Tutti i colleghi non fanno che spiegargli che le sue proposte sono assurde, ma lui persevera ignorando i problemi più urgenti e prendendo in esame quello che, di fatto, è una questione mondiale.

Ogni settimana sceglie una cosa nuova su cui concentrarsi, che finge di vedere per la prima volta, quindi dispiega tutte le sue energie su questo singolo tema a scapito di tutto e di tutti, come se potesse risolvere un enorme problema sistemico in un solo giorno; di fronte a una pletora di errori reali, tangibili e urgenti che poteva tentare di correggere immediatamente, Max ha incanalato tutto il suo tempo e si è focalizzato su soluzioni a lungo termine per ridurre l’impronta di carbonio dell’ospedale.

Intanto il pronto soccorso è sovraccarico, Iggy è vittima di stalking e la città di New York sta vivendo una colossale ondata di caldo.

New Amsterdam - 3x11

Avrei voluto che i colleghi applaudissero quando Lauren lo ha rimproverato, invece sembra che nessuno abbia davvero il coraggio di esporsi.

Max gira per l’ospedale come un criceto idrofobo nella sua palla di superiorità morale, ridicolizzando (in un certo senso) l’operato di tutti i medici che si fanno in quattro per ogni singolo paziente, mentre il loro direttore sanitario gioca a fare il salvatore dell’universo a loro discapito.

Affossa la storyline di Iggy e del suo ex paziente che segue lui e la sua famiglia, ridotta a pochissimi minuti, ci toglie Bloom e la sua nuova relazione, fa passare Reynolds come una mera comparsa e Helen finisce in un angolo con la sua nipote deficiente.

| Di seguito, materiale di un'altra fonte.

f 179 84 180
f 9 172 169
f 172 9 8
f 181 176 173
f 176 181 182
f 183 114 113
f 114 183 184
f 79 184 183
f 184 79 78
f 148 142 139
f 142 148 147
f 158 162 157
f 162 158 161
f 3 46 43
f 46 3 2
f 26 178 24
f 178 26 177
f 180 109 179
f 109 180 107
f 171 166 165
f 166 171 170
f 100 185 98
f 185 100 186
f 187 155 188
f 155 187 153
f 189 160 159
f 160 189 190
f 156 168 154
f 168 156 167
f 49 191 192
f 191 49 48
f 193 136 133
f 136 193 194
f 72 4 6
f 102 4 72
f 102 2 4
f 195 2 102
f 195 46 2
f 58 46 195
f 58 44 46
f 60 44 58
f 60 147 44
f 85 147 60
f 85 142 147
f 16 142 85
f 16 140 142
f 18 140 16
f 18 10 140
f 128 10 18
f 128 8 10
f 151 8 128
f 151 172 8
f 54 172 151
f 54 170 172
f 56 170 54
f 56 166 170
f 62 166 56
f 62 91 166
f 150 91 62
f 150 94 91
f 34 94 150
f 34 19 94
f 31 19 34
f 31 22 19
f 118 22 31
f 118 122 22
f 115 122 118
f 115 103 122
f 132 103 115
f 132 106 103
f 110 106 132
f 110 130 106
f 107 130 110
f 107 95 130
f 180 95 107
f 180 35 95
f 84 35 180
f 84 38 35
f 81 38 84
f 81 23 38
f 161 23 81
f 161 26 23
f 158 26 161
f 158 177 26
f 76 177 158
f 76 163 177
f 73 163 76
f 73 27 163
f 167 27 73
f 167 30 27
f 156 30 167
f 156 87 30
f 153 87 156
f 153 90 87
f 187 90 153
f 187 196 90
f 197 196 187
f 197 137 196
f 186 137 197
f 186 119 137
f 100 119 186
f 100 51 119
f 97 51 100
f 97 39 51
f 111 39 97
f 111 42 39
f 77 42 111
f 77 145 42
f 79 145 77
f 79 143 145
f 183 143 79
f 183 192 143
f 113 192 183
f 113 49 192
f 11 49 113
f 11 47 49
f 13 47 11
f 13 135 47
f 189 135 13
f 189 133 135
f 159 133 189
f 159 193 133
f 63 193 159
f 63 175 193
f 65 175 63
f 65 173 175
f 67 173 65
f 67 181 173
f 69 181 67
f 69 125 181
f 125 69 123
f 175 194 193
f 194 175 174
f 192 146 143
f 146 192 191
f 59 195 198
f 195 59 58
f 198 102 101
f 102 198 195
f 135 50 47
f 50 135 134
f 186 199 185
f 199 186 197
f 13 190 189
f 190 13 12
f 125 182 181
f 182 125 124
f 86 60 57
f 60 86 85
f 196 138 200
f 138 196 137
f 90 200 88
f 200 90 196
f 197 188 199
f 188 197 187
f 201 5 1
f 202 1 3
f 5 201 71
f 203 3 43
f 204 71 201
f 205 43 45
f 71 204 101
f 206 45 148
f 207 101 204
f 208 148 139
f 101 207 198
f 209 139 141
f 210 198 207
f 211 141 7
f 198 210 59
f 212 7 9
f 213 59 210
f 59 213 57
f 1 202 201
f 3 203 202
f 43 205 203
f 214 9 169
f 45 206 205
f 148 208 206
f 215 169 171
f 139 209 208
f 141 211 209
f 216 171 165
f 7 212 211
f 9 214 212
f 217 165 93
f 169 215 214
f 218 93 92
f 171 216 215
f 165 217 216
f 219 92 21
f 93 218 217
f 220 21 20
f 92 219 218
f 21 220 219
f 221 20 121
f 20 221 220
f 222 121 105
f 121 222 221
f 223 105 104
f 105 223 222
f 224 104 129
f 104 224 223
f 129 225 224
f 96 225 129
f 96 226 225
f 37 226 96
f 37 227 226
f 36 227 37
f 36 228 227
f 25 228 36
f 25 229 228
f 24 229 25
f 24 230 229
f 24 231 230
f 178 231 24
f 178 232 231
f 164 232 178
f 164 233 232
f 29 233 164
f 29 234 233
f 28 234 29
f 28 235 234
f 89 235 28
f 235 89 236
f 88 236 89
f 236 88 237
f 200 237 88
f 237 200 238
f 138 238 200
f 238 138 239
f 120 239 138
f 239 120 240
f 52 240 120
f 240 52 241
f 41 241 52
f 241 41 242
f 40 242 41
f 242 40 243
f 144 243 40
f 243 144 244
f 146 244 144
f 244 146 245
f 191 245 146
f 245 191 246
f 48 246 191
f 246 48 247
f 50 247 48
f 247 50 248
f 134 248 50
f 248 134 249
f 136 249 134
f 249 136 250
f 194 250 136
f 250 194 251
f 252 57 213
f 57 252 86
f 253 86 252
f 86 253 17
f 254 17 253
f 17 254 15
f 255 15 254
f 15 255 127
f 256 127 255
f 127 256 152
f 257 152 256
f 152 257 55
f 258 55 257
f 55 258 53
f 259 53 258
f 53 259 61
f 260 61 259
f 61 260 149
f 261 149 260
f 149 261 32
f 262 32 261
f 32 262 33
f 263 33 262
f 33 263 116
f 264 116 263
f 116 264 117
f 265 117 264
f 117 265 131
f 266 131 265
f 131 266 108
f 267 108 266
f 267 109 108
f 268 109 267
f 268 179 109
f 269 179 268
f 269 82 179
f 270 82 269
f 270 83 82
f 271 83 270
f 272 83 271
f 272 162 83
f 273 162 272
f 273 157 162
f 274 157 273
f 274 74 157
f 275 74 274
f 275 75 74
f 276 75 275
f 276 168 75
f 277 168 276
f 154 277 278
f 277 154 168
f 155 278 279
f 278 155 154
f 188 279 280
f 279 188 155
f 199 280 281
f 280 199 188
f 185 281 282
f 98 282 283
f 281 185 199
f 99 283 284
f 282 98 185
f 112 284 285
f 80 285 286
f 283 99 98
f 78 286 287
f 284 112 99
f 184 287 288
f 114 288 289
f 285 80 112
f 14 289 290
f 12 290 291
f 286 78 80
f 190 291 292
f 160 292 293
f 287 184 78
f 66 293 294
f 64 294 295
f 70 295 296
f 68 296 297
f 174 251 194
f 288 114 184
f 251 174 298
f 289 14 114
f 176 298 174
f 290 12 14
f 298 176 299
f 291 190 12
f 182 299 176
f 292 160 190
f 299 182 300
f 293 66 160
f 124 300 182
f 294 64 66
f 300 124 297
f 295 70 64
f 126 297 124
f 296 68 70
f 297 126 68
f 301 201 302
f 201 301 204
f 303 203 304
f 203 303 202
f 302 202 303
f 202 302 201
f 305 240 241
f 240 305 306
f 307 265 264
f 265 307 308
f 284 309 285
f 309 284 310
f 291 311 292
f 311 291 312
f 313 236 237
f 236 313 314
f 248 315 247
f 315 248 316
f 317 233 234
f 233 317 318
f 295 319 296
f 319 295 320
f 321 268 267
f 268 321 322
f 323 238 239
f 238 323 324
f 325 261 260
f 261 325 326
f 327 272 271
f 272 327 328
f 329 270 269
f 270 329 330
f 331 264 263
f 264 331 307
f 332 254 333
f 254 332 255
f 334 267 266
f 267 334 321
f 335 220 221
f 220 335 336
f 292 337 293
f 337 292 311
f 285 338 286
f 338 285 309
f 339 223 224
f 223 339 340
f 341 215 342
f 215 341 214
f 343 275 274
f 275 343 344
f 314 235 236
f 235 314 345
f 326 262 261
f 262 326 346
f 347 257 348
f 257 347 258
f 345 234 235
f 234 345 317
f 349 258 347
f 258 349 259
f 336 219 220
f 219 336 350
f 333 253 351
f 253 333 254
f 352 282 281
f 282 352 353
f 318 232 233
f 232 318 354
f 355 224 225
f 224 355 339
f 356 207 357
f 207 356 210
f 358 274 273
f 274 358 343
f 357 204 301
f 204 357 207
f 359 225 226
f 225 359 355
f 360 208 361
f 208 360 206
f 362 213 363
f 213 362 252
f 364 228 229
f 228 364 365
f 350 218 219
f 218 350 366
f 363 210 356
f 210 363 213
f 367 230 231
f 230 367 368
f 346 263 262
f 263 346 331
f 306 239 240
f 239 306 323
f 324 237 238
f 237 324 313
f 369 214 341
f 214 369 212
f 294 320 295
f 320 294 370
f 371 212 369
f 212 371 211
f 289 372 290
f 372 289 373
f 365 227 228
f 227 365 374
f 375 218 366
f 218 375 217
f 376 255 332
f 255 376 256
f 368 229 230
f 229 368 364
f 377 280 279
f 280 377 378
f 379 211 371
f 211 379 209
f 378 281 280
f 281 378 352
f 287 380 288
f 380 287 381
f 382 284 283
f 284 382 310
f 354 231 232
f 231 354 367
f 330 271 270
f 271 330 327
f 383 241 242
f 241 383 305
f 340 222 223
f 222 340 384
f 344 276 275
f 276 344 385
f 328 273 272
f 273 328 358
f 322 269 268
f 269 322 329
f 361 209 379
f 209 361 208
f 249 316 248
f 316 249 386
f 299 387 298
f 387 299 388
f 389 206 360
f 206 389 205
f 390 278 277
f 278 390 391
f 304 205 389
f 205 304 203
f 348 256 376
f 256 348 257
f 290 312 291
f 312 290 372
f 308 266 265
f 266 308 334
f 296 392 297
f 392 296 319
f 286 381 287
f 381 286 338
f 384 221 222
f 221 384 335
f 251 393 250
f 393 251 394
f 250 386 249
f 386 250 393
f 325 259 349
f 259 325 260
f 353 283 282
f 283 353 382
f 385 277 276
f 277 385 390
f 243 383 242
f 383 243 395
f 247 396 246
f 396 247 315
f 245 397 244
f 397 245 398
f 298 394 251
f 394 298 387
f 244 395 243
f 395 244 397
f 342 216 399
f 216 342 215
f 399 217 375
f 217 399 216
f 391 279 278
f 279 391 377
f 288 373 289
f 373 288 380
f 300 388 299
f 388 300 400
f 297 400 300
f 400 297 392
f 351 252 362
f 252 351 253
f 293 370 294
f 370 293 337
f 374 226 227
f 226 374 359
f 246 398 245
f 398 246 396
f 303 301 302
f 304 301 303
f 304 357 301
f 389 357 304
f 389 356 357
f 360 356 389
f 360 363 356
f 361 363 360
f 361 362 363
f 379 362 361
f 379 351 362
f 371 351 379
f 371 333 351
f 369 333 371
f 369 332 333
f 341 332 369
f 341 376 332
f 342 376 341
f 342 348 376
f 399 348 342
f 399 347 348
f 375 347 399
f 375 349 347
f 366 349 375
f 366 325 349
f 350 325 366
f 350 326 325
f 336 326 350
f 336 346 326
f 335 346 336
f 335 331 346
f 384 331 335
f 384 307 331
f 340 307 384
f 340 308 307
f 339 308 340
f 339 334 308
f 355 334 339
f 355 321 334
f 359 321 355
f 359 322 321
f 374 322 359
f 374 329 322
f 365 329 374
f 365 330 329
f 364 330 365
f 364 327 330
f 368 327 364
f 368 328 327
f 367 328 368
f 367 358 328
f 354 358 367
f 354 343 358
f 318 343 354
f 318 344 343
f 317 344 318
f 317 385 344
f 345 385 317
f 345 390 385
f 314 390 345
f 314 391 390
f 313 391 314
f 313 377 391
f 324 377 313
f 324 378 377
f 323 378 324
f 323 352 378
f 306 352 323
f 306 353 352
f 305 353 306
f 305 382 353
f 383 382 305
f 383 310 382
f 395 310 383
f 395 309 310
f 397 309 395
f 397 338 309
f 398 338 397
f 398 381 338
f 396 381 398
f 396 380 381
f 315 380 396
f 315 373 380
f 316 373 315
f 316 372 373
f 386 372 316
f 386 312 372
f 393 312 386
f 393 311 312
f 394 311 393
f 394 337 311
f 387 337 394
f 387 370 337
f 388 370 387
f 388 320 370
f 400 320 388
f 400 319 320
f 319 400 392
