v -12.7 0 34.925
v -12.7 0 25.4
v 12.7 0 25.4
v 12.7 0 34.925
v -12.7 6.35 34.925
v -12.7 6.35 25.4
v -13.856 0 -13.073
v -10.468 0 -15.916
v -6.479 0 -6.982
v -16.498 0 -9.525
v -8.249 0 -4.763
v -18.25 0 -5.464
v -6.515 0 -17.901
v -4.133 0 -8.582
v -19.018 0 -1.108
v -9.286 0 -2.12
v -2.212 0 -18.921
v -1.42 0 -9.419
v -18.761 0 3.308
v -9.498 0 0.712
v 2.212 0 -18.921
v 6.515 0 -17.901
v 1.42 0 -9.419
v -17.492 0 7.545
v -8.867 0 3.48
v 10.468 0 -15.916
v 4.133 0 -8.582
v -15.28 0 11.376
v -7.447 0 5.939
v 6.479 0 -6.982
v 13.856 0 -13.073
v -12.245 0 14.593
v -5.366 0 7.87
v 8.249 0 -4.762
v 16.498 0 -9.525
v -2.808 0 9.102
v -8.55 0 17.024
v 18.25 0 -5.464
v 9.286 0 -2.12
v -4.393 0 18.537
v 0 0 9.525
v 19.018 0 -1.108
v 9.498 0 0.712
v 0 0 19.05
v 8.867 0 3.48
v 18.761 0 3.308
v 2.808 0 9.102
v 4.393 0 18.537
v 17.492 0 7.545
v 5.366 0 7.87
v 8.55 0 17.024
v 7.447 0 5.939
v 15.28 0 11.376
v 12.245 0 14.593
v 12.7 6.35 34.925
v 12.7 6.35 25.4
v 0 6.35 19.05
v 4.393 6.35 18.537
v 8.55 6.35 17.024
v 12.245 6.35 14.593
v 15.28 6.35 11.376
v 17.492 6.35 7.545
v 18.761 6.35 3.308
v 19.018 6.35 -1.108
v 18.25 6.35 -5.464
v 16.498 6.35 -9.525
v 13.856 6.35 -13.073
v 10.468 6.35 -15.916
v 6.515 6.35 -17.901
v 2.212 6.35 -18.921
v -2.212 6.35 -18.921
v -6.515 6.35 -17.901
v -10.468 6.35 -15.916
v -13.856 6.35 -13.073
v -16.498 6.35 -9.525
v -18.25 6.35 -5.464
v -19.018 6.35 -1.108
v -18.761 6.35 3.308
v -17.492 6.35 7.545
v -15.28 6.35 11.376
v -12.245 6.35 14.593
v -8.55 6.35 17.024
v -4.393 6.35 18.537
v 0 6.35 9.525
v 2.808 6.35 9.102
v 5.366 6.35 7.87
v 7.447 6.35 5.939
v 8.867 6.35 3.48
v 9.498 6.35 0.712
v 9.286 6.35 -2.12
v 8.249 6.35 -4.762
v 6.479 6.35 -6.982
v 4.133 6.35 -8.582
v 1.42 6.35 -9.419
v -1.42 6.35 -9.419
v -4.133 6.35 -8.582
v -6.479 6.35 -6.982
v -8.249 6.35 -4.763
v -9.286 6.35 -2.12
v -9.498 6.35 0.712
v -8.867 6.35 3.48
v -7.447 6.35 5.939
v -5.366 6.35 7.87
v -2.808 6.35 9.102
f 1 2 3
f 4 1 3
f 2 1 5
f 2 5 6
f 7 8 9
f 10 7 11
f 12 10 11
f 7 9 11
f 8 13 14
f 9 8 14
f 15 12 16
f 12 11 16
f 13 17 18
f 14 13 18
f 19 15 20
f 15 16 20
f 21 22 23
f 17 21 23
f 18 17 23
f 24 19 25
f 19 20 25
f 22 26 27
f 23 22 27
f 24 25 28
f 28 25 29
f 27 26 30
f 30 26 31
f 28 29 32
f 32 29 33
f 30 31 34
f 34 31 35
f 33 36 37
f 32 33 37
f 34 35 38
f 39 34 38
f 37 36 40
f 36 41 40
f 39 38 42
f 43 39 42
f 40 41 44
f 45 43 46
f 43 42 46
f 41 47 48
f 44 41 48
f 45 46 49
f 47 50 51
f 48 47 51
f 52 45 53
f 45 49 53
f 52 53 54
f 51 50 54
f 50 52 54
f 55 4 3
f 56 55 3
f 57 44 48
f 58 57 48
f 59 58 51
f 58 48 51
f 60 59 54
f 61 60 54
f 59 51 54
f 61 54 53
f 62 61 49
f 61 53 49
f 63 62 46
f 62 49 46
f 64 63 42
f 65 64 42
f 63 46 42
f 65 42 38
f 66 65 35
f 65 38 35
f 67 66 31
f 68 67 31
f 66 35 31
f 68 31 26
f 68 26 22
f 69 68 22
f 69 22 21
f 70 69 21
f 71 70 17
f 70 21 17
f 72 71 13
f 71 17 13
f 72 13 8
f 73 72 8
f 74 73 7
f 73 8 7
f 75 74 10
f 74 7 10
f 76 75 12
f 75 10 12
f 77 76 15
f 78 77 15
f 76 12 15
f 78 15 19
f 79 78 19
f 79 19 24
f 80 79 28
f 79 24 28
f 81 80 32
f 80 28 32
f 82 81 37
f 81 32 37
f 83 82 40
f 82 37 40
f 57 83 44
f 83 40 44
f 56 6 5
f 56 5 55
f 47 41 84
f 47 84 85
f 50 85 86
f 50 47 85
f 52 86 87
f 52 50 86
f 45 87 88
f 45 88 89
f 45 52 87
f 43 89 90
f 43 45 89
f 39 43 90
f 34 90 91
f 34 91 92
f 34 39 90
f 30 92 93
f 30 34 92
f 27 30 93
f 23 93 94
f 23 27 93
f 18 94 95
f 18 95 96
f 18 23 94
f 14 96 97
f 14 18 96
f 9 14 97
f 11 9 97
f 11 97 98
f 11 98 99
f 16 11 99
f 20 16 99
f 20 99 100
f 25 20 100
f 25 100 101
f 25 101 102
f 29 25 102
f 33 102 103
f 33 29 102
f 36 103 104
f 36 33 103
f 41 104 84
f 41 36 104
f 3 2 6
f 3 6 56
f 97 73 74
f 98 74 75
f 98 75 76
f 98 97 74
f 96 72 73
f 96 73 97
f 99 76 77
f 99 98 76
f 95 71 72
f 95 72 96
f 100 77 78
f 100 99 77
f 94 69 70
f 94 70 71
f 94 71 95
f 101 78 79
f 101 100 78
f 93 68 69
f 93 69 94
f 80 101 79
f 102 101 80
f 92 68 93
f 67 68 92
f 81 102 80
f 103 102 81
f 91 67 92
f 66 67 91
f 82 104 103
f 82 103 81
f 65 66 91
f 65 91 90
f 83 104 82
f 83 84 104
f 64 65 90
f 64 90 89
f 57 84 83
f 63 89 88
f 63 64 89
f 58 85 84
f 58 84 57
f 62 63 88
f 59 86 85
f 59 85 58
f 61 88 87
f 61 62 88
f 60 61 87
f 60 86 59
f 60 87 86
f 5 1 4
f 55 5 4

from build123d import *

# Parameters (mm, degrees)
SKETCH1_R             = 19.05
SKETCH1_R_2           = 9.525
BOSS_EXTRUDE1_DEPTH   = 6.35
SKETCH1_W             = 25.4
SKETCH1_H             = 9.525
BOSS_EXTRUDE1_2_DEPTH = 6.35


with BuildPart() as part:
    # Sketch1 → Boss-Extrude1 (new body)
    with BuildSketch(Plane(origin=(0, 0, 0), x_dir=(1, 0, 0), z_dir=(0, 1, 0))):
        with Locations(Location((0, 0, 0), (0, 0, 270))):
            Circle(SKETCH1_R)
        with Locations(Location((0, 0, 0), (0, 0, 270))):
            Circle(SKETCH1_R_2, mode=Mode.SUBTRACT)
    extrude(amount=BOSS_EXTRUDE1_DEPTH)


with BuildPart() as body_2:
    # Sketch1 → Boss-Extrude1 2 (new body)
    with BuildSketch(Plane(origin=(0, 0, 0), x_dir=(1, 0, 0), z_dir=(0, 1, 0))):
        with Locations((0, -30.1625)):
            Rectangle(SKETCH1_W, SKETCH1_H)
    extrude(amount=BOSS_EXTRUDE1_2_DEPTH)


solid = Compound([part.part, body_2.part])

Tutto per cambiare le lampadine.

Ho capito: la crescita caratteriale di Max è finita, e mentre lui attirava come un magnete tutta l’attenzione su di sé, Floyd si trovava ad affrontare una situazione delle più terrificanti e comuni, ossia un padre che, schiacciato da una mole di lavoro impossibile e orari assurdi, con la scuola che a causa del covid apre e chiude di continuo, ha dimenticato suo figlio in auto. Un bambino è quasi morto, ma tutti i minuti sono andati alla carne rossa nel menù di ostetricia.

Non va per niente bene, New Amsterdam.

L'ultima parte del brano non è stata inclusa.